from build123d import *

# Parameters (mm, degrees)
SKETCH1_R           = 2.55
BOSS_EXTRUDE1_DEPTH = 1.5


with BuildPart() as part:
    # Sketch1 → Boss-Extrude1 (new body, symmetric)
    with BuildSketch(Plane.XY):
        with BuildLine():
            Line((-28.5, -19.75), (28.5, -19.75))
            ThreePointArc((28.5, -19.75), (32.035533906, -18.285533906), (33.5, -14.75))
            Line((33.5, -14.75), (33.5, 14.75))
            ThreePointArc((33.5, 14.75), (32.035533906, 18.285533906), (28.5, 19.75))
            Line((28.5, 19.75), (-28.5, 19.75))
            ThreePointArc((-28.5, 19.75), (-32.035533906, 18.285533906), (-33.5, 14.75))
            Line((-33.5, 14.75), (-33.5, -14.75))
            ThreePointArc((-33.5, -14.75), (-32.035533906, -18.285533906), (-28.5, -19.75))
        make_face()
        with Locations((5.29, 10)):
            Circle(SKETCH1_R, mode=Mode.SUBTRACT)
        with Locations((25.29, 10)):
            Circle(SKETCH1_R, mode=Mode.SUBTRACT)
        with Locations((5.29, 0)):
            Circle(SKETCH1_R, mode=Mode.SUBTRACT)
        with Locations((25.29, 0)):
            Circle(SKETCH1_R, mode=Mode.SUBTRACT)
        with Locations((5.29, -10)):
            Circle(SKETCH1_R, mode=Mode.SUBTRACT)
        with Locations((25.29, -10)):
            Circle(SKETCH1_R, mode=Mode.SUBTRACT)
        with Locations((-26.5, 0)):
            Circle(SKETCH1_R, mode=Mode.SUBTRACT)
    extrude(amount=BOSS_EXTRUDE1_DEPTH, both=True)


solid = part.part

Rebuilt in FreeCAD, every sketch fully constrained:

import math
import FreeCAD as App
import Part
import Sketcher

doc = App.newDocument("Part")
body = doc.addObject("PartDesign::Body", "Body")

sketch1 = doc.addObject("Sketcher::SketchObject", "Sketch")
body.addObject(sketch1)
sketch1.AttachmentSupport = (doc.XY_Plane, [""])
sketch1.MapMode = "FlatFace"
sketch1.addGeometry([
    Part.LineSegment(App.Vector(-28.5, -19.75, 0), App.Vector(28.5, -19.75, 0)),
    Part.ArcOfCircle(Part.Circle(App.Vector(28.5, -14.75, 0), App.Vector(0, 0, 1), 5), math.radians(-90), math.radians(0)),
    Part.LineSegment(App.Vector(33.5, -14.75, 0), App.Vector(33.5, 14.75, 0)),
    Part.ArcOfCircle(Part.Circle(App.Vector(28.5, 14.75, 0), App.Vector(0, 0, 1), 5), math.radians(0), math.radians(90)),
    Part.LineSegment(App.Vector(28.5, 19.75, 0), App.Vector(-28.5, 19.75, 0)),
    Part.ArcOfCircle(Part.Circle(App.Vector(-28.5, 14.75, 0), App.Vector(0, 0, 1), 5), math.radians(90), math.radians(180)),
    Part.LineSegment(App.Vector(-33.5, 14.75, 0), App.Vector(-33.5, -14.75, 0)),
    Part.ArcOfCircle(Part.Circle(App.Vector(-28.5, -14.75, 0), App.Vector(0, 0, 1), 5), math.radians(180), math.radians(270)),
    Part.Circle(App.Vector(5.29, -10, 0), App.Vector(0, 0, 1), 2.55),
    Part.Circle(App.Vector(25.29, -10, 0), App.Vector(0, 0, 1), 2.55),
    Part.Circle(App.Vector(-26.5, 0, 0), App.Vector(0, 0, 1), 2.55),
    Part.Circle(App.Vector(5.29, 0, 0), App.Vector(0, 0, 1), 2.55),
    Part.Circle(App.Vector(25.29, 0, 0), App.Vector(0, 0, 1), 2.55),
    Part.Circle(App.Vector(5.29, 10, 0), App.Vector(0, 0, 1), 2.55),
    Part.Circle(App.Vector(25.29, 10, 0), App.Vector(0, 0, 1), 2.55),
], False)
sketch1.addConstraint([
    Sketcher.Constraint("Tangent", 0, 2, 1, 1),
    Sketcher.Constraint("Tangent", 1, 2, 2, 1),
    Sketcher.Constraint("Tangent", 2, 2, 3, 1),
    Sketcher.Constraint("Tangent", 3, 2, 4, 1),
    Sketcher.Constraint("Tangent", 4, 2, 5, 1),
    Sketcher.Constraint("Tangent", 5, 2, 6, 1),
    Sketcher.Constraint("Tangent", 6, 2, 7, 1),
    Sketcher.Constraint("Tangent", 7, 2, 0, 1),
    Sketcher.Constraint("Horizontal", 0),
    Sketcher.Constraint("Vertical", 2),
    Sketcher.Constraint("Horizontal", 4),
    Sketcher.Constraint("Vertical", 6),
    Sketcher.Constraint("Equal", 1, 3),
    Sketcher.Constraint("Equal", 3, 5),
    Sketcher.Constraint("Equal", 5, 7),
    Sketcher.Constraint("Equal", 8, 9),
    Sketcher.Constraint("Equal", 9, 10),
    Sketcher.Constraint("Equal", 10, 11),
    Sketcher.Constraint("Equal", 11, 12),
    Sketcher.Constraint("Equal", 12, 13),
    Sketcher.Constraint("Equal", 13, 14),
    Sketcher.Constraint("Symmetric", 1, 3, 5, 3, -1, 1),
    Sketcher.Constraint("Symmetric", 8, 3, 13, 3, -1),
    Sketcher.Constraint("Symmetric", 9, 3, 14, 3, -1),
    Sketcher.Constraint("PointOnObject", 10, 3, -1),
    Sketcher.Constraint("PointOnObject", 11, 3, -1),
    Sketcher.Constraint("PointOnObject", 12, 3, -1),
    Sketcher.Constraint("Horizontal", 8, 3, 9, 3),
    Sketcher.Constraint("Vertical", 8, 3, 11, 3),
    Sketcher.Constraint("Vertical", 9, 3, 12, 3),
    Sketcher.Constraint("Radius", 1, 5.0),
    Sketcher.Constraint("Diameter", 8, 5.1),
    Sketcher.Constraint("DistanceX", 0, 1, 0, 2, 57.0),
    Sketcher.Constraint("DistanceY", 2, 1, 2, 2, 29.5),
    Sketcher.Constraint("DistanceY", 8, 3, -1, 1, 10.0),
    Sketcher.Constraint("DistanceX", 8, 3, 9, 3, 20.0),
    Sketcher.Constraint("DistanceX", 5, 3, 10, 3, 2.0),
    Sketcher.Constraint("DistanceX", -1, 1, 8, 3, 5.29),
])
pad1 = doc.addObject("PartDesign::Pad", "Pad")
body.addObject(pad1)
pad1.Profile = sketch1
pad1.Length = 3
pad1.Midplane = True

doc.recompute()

■ ■ ■

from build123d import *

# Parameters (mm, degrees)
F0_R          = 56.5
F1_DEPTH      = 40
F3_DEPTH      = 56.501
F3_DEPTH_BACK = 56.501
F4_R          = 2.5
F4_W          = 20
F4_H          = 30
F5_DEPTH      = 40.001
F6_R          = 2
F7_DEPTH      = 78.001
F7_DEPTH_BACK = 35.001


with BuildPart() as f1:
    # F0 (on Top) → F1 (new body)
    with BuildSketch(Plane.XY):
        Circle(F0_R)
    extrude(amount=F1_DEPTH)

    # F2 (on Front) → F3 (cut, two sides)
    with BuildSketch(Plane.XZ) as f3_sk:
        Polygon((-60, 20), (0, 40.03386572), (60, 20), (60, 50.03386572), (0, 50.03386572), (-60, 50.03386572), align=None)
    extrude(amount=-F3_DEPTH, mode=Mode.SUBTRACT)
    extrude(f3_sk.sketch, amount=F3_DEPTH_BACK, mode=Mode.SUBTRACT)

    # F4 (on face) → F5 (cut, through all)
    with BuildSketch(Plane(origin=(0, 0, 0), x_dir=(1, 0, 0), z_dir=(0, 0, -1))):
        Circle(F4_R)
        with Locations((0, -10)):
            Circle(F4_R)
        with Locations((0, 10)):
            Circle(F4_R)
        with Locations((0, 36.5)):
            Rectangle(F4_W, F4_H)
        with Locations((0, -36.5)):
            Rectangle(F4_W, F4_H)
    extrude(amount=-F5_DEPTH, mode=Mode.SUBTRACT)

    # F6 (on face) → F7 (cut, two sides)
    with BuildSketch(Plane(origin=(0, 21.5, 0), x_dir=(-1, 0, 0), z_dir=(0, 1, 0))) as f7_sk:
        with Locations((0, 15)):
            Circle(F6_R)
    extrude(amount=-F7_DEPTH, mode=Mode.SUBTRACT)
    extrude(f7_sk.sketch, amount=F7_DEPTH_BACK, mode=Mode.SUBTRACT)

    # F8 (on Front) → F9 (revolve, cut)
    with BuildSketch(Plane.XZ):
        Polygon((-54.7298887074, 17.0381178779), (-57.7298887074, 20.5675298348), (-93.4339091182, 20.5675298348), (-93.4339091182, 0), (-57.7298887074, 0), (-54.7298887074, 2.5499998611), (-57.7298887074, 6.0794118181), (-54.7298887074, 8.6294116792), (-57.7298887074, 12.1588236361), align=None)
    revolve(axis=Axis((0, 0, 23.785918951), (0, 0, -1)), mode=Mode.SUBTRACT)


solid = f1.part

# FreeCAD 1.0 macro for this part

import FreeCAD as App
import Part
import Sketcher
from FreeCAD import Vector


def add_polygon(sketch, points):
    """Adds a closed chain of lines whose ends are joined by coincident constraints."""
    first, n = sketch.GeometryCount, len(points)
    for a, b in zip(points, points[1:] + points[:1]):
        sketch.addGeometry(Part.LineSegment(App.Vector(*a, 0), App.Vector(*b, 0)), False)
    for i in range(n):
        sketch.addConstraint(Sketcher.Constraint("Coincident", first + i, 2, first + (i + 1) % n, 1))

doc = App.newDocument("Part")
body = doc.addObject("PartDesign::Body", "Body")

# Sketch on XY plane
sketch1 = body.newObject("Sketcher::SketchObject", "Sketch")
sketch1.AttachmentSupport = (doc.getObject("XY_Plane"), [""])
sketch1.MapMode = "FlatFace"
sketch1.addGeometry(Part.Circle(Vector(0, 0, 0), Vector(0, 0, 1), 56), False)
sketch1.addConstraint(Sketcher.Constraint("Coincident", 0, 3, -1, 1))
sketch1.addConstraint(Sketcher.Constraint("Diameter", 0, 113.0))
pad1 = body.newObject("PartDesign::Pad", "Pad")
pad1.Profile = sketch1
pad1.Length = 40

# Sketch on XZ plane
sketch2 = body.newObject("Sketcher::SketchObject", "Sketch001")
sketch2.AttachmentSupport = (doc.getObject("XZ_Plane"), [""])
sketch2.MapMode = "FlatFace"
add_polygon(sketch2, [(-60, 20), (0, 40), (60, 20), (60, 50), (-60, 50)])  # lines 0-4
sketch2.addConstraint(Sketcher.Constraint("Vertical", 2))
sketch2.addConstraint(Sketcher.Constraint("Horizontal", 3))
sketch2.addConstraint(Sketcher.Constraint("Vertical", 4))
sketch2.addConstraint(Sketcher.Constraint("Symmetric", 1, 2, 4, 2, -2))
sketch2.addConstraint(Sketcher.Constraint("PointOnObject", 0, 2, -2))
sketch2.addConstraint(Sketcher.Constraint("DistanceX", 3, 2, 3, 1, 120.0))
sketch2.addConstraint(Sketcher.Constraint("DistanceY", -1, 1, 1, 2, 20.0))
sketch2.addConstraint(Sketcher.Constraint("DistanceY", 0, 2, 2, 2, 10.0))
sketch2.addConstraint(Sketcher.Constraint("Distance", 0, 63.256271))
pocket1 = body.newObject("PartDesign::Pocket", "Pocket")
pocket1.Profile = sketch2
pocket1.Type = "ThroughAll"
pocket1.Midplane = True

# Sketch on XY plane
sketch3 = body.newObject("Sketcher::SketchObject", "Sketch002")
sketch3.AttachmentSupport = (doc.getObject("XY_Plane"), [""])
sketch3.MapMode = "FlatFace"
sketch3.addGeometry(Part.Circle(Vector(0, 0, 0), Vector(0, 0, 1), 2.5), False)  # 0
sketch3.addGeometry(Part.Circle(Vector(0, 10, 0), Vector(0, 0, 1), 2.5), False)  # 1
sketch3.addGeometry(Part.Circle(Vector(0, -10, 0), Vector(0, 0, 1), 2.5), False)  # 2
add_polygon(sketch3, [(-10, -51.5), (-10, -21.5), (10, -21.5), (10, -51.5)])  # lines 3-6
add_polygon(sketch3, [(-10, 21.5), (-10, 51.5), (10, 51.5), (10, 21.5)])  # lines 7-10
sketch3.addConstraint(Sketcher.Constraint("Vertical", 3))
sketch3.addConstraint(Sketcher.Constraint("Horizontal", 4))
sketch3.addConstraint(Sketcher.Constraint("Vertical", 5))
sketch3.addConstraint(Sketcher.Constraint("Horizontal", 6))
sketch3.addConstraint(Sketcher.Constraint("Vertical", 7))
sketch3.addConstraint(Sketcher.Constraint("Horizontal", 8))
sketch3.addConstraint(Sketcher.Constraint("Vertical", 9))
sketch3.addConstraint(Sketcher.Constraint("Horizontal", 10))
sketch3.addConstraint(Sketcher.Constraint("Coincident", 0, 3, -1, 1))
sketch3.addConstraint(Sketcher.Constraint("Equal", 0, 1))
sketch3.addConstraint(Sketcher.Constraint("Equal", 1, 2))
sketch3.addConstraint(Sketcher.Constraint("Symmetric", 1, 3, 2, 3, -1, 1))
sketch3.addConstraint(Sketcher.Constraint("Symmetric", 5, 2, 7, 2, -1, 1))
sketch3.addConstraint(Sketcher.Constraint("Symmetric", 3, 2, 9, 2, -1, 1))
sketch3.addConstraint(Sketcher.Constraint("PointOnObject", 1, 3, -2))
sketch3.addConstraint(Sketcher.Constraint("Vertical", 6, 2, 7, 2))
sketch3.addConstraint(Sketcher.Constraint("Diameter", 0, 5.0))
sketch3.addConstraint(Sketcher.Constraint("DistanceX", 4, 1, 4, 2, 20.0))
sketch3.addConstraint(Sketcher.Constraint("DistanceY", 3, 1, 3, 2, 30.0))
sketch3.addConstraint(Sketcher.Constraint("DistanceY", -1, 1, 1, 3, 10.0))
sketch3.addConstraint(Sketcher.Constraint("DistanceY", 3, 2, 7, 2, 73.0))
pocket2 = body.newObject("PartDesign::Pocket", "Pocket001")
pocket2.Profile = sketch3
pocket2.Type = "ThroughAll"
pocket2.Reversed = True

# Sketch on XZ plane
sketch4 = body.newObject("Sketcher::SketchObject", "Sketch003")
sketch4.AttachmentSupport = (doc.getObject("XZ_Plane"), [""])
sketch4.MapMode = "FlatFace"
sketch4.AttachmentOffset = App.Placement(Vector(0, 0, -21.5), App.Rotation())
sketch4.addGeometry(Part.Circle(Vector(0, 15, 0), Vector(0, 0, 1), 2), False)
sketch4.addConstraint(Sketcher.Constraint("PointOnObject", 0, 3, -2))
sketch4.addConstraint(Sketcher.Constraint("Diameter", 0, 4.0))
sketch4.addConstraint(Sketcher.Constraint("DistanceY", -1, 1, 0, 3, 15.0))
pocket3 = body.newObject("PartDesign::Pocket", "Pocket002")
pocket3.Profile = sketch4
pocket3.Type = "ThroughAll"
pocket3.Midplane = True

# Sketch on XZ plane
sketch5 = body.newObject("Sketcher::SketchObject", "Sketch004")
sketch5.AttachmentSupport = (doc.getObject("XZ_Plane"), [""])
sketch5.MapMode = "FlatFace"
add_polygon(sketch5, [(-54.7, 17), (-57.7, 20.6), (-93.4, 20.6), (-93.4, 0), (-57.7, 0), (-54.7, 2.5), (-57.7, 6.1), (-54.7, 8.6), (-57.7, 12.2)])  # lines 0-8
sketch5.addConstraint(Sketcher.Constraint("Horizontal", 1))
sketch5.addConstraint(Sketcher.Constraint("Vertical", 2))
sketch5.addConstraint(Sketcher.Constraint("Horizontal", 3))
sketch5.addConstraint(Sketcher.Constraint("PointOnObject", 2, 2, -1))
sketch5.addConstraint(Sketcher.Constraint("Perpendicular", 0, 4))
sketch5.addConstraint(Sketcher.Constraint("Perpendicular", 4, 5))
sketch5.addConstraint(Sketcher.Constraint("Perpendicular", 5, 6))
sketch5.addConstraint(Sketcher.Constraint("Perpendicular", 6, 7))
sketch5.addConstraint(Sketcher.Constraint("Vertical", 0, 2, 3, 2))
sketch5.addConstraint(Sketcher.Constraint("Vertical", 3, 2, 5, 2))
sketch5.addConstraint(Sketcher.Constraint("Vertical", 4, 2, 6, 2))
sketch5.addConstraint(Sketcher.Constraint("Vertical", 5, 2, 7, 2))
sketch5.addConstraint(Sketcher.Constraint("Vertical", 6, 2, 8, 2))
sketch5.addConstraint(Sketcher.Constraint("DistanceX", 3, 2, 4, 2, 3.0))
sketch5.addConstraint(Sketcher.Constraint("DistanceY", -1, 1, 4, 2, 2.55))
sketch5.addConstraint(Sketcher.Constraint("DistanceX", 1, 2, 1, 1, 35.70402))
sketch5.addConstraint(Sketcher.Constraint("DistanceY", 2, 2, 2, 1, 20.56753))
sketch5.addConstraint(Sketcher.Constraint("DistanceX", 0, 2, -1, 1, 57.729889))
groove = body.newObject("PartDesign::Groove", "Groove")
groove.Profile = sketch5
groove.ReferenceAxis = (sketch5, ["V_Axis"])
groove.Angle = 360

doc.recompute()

■ ■ ■

Look for the word "None" throughout the material above and copy every line that has it.

        Polygon((-60, 20), (0, 40.03386572), (60, 20), (60, 50.03386572), (0, 50.03386572), (-60, 50.03386572), align=None)
        Polygon((-54.7298887074, 17.0381178779), (-57.7298887074, 20.5675298348), (-93.4339091182, 20.5675298348), (-93.4339091182, 0), (-57.7298887074, 0), (-54.7298887074, 2.5499998611), (-57.7298887074, 6.0794118181), (-54.7298887074, 8.6294116792), (-57.7298887074, 12.1588236361), align=None)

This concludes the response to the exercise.